Batched CUBLAS Questions

Hello all,

Currently I have a collection of vectors and matrices that I execute within a loop using CUBLAS SGEMV. I would like to use batched CUBLAS calls for this.

Can batched CUBLAS calls be employed for SGEMV? If not, does anyone have any suggestions to convert the code to be able to employee the batched CUBLAS - perhaps translate the SGEMV to SGEMM?

A sample of the code I am using is copied below. Thank you to anyone with some idea(s).

void batchingCalls(int P, int K, 
                             std::vector<std::vector<float> > &A,
                             std::vector<std::vector<float> > &b, 
                             std::vector<std::vector<float> > &c
                             std::vector<float> &alpha)  {

    float *d_A, *d_b, *d_c;
    cublasHandle_t handle;
    int size = P*K;
    int cnt = A.size();
    cublasCreate(&handle);

    for(int i = 0; i < cnt; ++i) {
        cudaMalloc((void**)&d_A,  size*sizeof(float));
        cudaMalloc((void**)&d_b, size*sizeof(float));
        cudaMalloc((void**)&d_c,  K*sizeof(float));

        cudaMemcpy(d_A,  A[i].data(), size*sizeof(float), cudaMemcpyHostToDevice);
        cudaMemcpy(d_b, b[i].data(), size*sizeof(float), cudaMemcpyHostToDevice);
        cudaMemcpy(d_c, cl[i].data(), K*sizeof(float), cudaMemcpyHostToDevice);

        float beta = 1.0f;

        /* call cublas SGEMV - can this be translated to SGEMM to employ batched CUBLAS ?? */
        cublasSgemv(handle, CUBLAS_OP_T, P, K, &alpha[i], d_A, P, d_b, 1, &beta, d_c, 1);
    
        cudaMemcpy(c[i].data(), d_c, K*sizeof(float), cudaMemcpyDeviceToHost);
    
        cudaFree(d_A);
        cudaFree(d_b);
        cudaFree(d_c);
    }

    cublasDestroy(handle);

}

If the end result you are after is to get concurrency of the Sgemv() calls, I showed a good example with nice overlap in this recent thread;

https://devtalk.nvidia.com/default/topic/838794/gpu-accelerated-libraries/using-cublas-in-different-cuda-streams/

In that case I used streams and the distinct Sgemv() calls were not serialized mostly overlapped in execution.

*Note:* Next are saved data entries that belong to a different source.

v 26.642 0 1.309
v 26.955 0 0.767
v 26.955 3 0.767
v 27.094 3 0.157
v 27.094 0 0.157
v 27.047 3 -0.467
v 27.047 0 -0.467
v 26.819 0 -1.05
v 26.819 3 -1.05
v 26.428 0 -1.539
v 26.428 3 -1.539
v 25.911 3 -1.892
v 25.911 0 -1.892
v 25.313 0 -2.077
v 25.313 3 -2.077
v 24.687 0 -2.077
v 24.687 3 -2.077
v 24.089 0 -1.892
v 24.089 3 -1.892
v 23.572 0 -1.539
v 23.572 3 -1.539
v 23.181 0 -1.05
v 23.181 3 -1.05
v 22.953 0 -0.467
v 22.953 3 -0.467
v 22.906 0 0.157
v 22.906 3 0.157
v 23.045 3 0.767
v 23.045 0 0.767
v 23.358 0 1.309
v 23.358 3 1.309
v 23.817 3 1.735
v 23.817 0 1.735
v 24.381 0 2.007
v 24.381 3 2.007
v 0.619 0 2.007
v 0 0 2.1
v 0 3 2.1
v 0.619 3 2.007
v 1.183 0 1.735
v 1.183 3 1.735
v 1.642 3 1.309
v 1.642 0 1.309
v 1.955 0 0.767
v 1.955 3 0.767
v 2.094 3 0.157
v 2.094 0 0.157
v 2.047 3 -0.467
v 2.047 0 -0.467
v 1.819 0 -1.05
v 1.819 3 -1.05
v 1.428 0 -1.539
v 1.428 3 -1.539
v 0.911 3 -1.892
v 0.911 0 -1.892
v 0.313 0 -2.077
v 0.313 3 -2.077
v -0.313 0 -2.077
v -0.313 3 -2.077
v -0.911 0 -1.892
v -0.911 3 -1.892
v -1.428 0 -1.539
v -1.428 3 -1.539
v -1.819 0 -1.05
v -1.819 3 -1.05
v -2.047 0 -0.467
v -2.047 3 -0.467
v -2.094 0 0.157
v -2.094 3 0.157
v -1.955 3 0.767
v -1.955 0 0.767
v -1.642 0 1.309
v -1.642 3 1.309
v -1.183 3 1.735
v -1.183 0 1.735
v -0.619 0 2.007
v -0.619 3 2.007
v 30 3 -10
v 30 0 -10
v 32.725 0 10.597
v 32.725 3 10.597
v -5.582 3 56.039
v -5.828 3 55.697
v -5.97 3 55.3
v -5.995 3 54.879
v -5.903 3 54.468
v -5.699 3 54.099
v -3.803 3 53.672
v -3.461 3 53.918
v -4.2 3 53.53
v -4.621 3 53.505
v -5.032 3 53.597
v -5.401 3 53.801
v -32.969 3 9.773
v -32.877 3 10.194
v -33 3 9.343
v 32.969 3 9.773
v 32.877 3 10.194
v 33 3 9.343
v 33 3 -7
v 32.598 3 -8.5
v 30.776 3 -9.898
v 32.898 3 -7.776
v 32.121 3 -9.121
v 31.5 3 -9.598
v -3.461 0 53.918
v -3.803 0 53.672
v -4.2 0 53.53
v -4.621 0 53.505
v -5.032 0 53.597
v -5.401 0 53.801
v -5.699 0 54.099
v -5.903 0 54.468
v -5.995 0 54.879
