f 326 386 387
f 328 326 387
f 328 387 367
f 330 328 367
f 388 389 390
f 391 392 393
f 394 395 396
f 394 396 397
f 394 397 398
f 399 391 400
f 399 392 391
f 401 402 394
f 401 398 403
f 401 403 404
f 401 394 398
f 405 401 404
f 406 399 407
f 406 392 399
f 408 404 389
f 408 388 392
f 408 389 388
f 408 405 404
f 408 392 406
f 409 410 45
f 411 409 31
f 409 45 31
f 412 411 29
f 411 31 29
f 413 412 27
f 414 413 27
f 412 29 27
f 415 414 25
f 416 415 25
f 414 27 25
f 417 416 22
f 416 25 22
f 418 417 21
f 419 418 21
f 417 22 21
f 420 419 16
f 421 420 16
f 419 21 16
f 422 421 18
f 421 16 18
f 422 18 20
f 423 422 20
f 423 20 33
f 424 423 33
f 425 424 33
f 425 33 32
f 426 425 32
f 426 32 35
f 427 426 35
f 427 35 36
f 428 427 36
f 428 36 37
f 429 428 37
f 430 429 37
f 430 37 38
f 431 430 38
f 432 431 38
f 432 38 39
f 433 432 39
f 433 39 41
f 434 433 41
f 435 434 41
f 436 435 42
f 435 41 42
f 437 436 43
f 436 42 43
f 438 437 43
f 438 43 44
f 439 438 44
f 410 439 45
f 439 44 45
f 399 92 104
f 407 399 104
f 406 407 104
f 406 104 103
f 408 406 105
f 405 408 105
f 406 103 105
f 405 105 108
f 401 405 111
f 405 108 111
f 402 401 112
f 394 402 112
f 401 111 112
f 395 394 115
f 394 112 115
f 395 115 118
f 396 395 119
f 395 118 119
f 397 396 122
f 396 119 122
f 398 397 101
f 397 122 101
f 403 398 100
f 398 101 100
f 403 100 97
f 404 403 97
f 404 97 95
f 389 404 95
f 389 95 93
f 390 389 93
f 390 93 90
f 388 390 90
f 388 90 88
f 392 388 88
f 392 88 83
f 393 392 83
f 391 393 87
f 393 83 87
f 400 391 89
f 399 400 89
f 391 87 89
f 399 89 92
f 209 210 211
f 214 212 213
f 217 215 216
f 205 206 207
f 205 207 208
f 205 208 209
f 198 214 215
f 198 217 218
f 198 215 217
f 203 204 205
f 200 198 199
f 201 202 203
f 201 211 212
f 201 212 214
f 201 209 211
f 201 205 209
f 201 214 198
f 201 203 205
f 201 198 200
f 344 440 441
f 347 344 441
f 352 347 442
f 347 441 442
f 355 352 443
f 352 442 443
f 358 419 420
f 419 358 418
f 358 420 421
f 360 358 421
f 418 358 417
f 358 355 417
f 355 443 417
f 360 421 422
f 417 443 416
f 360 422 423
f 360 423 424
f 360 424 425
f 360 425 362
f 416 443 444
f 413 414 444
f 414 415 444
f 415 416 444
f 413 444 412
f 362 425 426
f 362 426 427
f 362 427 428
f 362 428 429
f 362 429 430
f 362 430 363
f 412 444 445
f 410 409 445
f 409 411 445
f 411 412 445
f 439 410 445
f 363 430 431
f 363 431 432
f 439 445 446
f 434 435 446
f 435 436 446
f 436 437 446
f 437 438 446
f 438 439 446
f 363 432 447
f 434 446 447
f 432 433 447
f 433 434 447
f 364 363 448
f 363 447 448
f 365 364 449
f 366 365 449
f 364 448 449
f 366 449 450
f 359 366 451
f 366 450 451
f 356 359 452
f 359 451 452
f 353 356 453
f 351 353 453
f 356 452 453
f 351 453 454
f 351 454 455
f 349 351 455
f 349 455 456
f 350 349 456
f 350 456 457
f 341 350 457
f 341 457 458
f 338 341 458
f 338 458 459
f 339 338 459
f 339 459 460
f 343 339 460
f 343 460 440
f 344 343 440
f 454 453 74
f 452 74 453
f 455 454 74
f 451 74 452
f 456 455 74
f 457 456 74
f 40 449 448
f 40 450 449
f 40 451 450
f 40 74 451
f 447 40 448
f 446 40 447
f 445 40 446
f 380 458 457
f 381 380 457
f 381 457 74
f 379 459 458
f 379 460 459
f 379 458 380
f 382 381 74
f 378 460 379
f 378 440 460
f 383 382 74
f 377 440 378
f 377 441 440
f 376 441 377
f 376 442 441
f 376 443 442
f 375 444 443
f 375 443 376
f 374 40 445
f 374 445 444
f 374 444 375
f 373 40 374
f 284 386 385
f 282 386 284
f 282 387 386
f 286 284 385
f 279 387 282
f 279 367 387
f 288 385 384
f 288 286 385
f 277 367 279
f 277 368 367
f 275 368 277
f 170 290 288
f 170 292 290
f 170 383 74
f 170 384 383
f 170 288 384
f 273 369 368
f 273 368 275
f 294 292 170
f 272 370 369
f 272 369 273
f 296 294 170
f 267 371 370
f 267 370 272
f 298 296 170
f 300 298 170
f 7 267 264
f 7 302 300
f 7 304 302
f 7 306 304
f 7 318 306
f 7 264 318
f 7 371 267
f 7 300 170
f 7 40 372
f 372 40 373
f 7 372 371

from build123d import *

Look at my response at the end of that thread. I link to real-world examples of for both cuBLAS and cuSparse.

Thanks for the information, great example on concurrency of SGEMV. However, I am really interested in employing batched CUBLAS. I want to find a way to use my code as a batched CUBLAS - if possible. I am curious as to how this would work performance-wise.

Thank you again.

Certainly if you have the same matrix that you are multiplying by a number of vectors using gemv, then it’s straightforward to convert that to a single gemm operation. If you then have groups of vectors where each group is multiplied by single matrix, then each group could be converted to a gemm operation, and the set of all gemm operations could be passed as a batched gemm operation.

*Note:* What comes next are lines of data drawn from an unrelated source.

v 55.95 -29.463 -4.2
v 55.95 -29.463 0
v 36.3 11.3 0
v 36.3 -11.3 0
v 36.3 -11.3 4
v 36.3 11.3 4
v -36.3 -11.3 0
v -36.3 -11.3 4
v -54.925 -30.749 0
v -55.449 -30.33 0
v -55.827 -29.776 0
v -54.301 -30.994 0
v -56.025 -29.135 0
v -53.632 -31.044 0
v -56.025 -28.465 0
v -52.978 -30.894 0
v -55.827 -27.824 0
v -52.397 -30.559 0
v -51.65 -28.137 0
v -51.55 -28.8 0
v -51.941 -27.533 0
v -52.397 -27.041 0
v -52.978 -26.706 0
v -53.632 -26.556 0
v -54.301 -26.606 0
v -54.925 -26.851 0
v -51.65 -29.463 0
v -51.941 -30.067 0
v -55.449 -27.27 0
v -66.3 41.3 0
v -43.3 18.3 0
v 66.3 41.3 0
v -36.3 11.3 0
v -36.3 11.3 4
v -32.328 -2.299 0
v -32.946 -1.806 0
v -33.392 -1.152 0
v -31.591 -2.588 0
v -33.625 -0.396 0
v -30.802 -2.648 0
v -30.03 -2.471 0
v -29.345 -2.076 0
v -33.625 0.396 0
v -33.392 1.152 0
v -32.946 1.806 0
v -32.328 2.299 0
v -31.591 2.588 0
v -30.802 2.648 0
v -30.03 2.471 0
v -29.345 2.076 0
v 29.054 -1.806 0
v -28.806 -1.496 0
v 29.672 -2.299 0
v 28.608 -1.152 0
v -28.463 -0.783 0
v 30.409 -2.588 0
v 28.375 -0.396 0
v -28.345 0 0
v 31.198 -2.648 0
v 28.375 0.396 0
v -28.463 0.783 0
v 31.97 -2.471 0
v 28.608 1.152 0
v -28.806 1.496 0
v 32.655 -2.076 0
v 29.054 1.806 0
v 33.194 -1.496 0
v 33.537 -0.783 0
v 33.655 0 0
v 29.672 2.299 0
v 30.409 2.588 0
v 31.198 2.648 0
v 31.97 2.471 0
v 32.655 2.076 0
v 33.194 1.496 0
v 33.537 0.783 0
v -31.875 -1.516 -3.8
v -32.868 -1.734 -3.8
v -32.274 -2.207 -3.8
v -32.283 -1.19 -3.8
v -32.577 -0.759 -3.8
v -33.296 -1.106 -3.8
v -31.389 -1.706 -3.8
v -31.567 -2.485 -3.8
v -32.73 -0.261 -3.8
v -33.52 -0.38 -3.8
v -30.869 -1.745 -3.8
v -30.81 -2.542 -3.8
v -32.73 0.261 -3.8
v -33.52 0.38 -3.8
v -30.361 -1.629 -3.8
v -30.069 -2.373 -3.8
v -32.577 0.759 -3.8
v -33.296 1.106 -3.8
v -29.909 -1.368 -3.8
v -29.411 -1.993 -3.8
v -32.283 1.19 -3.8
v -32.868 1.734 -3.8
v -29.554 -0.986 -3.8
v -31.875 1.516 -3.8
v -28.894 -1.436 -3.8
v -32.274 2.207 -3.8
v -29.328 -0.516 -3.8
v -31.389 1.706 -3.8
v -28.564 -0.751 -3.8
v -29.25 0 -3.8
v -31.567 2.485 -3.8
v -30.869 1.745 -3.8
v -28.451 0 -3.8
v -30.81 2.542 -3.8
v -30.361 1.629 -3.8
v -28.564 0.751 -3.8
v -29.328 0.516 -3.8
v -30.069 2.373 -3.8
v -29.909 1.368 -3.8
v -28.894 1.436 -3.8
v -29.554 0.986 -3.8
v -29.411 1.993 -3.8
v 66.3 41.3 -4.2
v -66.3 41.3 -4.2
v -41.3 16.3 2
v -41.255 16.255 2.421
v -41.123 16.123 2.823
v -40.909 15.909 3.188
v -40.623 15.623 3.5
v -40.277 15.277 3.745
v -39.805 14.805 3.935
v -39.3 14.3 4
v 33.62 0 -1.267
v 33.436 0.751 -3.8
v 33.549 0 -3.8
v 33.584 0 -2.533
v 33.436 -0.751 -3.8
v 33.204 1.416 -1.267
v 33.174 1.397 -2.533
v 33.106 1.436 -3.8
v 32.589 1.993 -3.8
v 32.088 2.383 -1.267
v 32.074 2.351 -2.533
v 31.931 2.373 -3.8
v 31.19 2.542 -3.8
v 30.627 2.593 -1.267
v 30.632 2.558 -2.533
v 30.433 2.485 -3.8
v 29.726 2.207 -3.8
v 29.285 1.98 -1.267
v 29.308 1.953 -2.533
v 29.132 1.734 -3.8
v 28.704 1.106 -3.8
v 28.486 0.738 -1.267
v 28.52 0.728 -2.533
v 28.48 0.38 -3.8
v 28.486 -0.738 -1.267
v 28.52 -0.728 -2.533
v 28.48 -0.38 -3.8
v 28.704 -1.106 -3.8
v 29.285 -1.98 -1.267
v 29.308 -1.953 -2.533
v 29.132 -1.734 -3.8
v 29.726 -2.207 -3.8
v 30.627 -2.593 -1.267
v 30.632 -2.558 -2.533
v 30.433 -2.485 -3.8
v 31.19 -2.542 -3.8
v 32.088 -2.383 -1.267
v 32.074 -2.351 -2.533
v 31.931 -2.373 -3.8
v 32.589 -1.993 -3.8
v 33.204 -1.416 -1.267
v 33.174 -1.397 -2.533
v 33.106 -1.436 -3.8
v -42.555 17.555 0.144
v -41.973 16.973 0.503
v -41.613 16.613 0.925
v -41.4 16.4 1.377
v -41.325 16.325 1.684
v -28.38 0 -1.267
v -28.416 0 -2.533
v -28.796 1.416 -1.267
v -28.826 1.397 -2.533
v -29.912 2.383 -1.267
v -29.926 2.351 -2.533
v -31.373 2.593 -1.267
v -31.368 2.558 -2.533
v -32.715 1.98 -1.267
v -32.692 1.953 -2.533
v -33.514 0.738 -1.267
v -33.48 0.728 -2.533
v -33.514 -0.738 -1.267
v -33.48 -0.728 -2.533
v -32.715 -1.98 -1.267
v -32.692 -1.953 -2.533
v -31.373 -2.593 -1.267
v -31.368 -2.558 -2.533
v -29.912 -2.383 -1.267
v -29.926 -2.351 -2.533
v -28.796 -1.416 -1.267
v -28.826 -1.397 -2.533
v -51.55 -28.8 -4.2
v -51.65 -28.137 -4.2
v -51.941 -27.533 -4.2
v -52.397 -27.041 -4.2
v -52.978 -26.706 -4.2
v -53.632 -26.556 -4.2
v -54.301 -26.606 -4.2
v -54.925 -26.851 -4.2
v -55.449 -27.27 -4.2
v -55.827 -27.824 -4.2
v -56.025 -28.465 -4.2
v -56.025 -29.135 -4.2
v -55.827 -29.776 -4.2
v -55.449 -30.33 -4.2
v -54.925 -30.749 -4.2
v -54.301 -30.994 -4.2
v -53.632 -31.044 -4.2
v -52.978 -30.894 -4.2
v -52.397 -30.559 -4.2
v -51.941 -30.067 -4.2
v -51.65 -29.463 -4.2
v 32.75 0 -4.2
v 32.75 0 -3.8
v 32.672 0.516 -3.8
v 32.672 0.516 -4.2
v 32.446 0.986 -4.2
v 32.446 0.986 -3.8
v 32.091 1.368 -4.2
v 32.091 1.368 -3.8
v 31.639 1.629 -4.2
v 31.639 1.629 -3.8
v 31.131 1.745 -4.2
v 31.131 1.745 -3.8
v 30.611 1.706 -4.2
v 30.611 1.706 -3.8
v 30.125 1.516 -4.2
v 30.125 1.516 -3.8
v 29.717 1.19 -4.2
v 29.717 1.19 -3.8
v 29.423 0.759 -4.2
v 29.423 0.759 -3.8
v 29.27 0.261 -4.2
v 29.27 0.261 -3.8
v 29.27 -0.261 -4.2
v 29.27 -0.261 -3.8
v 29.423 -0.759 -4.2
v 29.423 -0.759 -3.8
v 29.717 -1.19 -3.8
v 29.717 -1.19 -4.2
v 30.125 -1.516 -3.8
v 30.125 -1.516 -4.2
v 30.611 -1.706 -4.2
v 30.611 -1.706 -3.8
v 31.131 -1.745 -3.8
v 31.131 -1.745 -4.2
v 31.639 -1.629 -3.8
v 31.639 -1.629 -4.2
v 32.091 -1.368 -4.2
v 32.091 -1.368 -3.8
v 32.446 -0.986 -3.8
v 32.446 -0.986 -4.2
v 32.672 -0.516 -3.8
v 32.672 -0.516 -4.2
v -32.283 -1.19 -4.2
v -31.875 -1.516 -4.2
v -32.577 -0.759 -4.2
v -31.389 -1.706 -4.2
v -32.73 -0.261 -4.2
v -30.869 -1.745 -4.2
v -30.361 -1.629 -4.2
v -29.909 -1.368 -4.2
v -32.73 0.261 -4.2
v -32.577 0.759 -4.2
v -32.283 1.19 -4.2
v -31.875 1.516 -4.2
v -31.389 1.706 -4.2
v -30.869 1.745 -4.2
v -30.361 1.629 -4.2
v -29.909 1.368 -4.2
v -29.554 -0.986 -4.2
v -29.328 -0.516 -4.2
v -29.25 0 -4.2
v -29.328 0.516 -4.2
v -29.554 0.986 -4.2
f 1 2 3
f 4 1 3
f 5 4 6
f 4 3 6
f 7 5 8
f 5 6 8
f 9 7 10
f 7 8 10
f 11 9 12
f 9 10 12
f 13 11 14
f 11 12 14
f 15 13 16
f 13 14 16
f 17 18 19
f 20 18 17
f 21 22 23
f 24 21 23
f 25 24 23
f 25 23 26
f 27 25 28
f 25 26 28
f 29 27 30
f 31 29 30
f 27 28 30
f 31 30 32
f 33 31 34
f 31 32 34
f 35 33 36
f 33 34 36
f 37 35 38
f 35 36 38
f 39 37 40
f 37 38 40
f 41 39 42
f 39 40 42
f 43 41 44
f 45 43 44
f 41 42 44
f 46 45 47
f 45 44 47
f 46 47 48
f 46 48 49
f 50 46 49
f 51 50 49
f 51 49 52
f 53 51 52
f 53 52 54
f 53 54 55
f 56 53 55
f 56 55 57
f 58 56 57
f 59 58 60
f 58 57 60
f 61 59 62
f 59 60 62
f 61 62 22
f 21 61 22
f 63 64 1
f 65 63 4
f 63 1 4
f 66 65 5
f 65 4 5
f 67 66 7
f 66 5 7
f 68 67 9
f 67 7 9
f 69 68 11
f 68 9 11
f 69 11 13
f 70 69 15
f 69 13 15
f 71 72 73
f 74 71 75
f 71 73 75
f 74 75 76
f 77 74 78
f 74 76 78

I believe that nothing prevents you from calling a gemm operation even if one of your “matrices” is a vector (an nx1 matrix). So I’m also unaware of any limitation that would prevent you from using batched gemm operation to perform a set of gemv operations. But I don’t know about the performance implications either.

Perhaps you should just try it.

You’re right. I’ll give it a try and see what happens.